CANCELLED - Tau Protein and Neurodegeneration Event

Abundant inclusions made of hyperphosphorylated filamentous tau protein are characteristic of many human neurodegenerative diseases, including Alzheimer’s disease, tangle-only dementia, chronic traumatic encephalopathy, Pick’s disease, argyrophilic grain disease, progressive supranuclear palsy, corticobasal degeneration, as well as dominantly inherited frontotemporal dementia and parkinsonism linked to chromosome 17 (FTDP-17T). The identification of mutations in MAPT, the tau gene, in FTDP- 17T established that dysfunction of tau protein is sufficient to cause neurodegeneration and dementia. Tau inclusions appear to exist as multiple conformers that propagate through the brain, suggesting a conceptual link between tauopathies and prion diseases. The structures of amyloid filaments can be determined using electron cryo-microscopy. We have reported the structures of tau filaments from Alzheimer’s disease, Pick’s disease, chronic traumatic encephalopathy and corticobasal degeneration.
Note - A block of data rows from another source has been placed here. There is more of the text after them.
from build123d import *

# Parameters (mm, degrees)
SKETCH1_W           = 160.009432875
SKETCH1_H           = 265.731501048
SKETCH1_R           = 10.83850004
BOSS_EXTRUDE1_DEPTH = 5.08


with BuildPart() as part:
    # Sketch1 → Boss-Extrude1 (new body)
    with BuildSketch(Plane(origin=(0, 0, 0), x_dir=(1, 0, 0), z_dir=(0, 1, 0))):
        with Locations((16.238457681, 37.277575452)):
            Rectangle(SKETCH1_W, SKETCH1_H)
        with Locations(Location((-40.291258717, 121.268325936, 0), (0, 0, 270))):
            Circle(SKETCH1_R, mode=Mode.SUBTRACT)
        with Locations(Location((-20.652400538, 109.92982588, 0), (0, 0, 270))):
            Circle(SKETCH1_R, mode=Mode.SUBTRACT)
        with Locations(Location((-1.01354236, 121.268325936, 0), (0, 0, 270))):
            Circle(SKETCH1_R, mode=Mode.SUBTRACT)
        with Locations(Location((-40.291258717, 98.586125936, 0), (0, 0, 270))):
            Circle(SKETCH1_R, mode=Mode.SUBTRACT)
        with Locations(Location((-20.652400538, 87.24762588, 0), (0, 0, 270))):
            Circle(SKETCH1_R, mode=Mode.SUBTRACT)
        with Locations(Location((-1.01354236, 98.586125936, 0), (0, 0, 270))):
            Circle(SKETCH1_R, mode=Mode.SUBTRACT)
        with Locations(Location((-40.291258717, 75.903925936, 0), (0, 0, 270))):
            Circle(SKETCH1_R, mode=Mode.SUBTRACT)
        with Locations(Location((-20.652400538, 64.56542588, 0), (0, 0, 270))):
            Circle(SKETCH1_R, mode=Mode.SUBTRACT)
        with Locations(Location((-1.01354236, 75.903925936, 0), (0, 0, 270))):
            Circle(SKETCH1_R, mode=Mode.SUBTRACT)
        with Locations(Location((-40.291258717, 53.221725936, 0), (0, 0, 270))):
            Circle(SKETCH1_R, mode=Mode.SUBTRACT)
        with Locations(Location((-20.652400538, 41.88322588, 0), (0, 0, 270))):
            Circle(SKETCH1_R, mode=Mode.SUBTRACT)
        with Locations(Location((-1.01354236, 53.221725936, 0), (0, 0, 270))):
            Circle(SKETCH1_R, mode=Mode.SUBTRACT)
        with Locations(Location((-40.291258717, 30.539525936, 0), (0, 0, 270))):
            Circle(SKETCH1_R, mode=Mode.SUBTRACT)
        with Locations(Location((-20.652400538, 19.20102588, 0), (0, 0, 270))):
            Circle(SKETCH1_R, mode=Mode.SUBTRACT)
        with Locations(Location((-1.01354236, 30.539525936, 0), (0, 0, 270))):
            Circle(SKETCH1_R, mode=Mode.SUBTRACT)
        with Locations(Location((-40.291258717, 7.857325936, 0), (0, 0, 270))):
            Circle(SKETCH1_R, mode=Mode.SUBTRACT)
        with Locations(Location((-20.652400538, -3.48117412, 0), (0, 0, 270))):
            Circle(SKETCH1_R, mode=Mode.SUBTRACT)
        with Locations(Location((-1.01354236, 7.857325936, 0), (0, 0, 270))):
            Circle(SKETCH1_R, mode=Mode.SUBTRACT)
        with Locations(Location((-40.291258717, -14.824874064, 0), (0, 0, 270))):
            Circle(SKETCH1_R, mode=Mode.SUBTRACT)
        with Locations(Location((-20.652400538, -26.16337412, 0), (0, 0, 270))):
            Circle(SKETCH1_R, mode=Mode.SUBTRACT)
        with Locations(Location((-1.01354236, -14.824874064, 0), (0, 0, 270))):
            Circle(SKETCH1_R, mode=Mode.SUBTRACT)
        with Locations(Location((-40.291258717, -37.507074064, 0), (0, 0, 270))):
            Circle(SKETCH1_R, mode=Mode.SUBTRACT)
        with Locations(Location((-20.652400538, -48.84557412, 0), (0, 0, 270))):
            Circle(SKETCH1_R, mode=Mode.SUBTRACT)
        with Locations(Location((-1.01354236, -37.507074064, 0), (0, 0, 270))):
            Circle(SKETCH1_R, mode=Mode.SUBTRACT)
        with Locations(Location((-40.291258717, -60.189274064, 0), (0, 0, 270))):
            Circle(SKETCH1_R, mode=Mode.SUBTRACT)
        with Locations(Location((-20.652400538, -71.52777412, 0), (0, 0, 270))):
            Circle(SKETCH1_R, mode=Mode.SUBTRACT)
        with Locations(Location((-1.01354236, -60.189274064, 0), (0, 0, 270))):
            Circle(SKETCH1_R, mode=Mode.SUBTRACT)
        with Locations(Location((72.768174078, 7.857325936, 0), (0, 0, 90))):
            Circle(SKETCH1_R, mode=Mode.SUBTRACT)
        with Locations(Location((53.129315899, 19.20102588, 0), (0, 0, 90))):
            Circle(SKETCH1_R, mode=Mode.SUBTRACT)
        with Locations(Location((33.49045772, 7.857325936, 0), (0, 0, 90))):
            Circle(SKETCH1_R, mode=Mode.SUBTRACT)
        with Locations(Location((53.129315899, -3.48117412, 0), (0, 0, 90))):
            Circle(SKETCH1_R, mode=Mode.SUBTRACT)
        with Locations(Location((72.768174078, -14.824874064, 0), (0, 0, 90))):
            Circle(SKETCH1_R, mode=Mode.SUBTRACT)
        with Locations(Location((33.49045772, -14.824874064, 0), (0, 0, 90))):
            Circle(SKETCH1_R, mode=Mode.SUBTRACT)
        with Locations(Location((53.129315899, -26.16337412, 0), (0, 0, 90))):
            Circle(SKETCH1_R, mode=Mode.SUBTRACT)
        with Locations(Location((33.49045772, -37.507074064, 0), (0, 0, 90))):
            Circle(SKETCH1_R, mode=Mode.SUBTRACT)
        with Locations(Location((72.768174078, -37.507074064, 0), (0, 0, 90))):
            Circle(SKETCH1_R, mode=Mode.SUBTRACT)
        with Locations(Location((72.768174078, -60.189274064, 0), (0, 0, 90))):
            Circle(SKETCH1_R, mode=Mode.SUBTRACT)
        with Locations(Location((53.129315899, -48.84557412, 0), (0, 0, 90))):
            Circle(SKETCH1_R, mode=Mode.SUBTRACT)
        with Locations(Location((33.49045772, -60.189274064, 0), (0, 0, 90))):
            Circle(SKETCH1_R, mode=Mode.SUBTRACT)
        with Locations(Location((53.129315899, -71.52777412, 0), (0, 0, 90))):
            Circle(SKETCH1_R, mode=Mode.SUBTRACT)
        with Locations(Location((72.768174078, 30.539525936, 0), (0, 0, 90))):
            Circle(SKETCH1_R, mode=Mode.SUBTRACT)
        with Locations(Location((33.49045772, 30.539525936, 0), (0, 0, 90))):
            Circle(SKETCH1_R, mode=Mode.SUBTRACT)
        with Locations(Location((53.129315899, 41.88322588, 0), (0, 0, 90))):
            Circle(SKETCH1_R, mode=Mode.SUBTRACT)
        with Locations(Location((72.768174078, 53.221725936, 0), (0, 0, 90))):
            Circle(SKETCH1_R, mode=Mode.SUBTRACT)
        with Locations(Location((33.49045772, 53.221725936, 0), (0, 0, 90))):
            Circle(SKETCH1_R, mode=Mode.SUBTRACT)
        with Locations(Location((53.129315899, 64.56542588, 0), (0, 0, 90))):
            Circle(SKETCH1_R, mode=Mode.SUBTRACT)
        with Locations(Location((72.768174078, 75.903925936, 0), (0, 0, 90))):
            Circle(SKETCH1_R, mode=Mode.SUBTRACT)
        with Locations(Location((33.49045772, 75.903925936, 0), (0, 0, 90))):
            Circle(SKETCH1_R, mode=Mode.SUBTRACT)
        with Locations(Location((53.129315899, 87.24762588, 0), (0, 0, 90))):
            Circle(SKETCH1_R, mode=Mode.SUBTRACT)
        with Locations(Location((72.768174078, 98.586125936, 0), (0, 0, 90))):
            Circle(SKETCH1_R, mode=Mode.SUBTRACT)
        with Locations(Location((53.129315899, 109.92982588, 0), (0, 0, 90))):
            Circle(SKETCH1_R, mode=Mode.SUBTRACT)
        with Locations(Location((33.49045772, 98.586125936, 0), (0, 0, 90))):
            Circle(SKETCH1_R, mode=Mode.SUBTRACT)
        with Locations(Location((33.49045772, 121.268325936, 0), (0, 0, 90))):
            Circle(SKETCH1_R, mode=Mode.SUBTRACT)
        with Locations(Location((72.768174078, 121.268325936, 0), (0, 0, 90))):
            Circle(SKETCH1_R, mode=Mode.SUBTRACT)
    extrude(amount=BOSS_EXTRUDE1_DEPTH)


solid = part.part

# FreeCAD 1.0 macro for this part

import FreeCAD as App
import Part
import Sketcher

V = App.Vector
Q = App.Units.Quantity


def add_polygon(sketch, points):
    """Adds a closed chain of lines whose ends are joined by coincident constraints."""
    first, n = sketch.GeometryCount, len(points)
    for a, b in zip(points, points[1:] + points[:1]):
        sketch.addGeometry(Part.LineSegment(App.Vector(*a, 0), App.Vector(*b, 0)), False)
    for i in range(n):
        sketch.addConstraint(Sketcher.Constraint("Coincident", first + i, 2, first + (i + 1) % n, 1))

doc = App.newDocument("Part")
body = doc.addObject("PartDesign::Body", "Body")

sketch1 = body.newObject("Sketcher::SketchObject", "Sketch")
sketch1.AttachmentSupport = (doc.getObject("XZ_Plane"), [""])
sketch1.MapMode = "FlatFace"
add_polygon(sketch1, [(-63.766259, -170.143326), (-63.766259, 95.588175), (96.243174, 95.588175), (96.243174, -170.143326)])
sketch1.addGeometry(Part.Circle(V(-40.291259, 60.189274, 0), V(0, 0, 1), 10.8385), False)
sketch1.addGeometry(Part.Circle(V(-20.652401, 71.527774, 0), V(0, 0, 1), 10.8385), False)
sketch1.addGeometry(Part.Circle(V(-40.291259, 37.507074, 0), V(0, 0, 1), 10.8385), False)
sketch1.addGeometry(Part.Circle(V(-20.652401, 48.845574, 0), V(0, 0, 1), 10.8385), False)
sketch1.addGeometry(Part.Circle(V(-1.013542, 60.189274, 0), V(0, 0, 1), 10.8385), False)
sketch1.addGeometry(Part.Circle(V(-1.013542, 37.507074, 0), V(0, 0, 1), 10.8385), False)
sketch1.addGeometry(Part.Circle(V(-40.291259, 14.824874, 0), V(0, 0, 1), 10.8385), False)
sketch1.addGeometry(Part.Circle(V(-20.652401, 26.163374, 0), V(0, 0, 1), 10.8385), False)
sketch1.addGeometry(Part.Circle(V(-20.652401, 3.481174, 0), V(0, 0, 1), 10.8385), False)
sketch1.addGeometry(Part.Circle(V(-40.291259, -7.857326, 0), V(0, 0, 1), 10.8385), False)
sketch1.addGeometry(Part.Circle(V(-20.652401, -19.201026, 0), V(0, 0, 1), 10.8385), False)
sketch1.addGeometry(Part.Circle(V(-1.013542, 14.824874, 0), V(0, 0, 1), 10.8385), False)
sketch1.addGeometry(Part.Circle(V(-1.013542, -7.857326, 0), V(0, 0, 1), 10.8385), False)
sketch1.addGeometry(Part.Circle(V(33.490458, 60.189274, 0), V(0, 0, 1), 10.8385), False)
sketch1.addGeometry(Part.Circle(V(33.490458, 37.507074, 0), V(0, 0, 1), 10.8385), False)
sketch1.addGeometry(Part.Circle(V(53.129316, 71.527774, 0), V(0, 0, 1), 10.8385), False)
sketch1.addGeometry(Part.Circle(V(72.768174, 60.189274, 0), V(0, 0, 1), 10.8385), False)
sketch1.addGeometry(Part.Circle(V(53.129316, 48.845574, 0), V(0, 0, 1), 10.8385), False)
sketch1.addGeometry(Part.Circle(V(72.768174, 37.507074, 0), V(0, 0, 1), 10.8385), False)
sketch1.addGeometry(Part.Circle(V(33.490458, 14.824874, 0), V(0, 0, 1), 10.8385), False)
sketch1.addGeometry(Part.Circle(V(33.490458, -7.857326, 0), V(0, 0, 1), 10.8385), False)
sketch1.addGeometry(Part.Circle(V(53.129316, 26.163374, 0), V(0, 0, 1), 10.8385), False)
sketch1.addGeometry(Part.Circle(V(53.129316, 3.481174, 0), V(0, 0, 1), 10.8385), False)
sketch1.addGeometry(Part.Circle(V(72.768174, 14.824874, 0), V(0, 0, 1), 10.8385), False)
sketch1.addGeometry(Part.Circle(V(53.129316, -19.201026, 0), V(0, 0, 1), 10.8385), False)
sketch1.addGeometry(Part.Circle(V(72.768174, -7.857326, 0), V(0, 0, 1), 10.8385), False)
sketch1.addGeometry(Part.Circle(V(-40.291259, -30.539526, 0), V(0, 0, 1), 10.8385), False)
sketch1.addGeometry(Part.Circle(V(-20.652401, -41.883226, 0), V(0, 0, 1), 10.8385), False)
Evidence so far indicates inter-disease, but not inter-subject, variability of tau filament structures.

Different tau isoforms play a role in giving rise to distinct filament structures. In addition, cofactors and/or post-translational modifications may be involved. It seems clear that filamentous tau adopts distinct folds in different human neurodegenerative diseases, establishing the existence of conformers of assembled tau.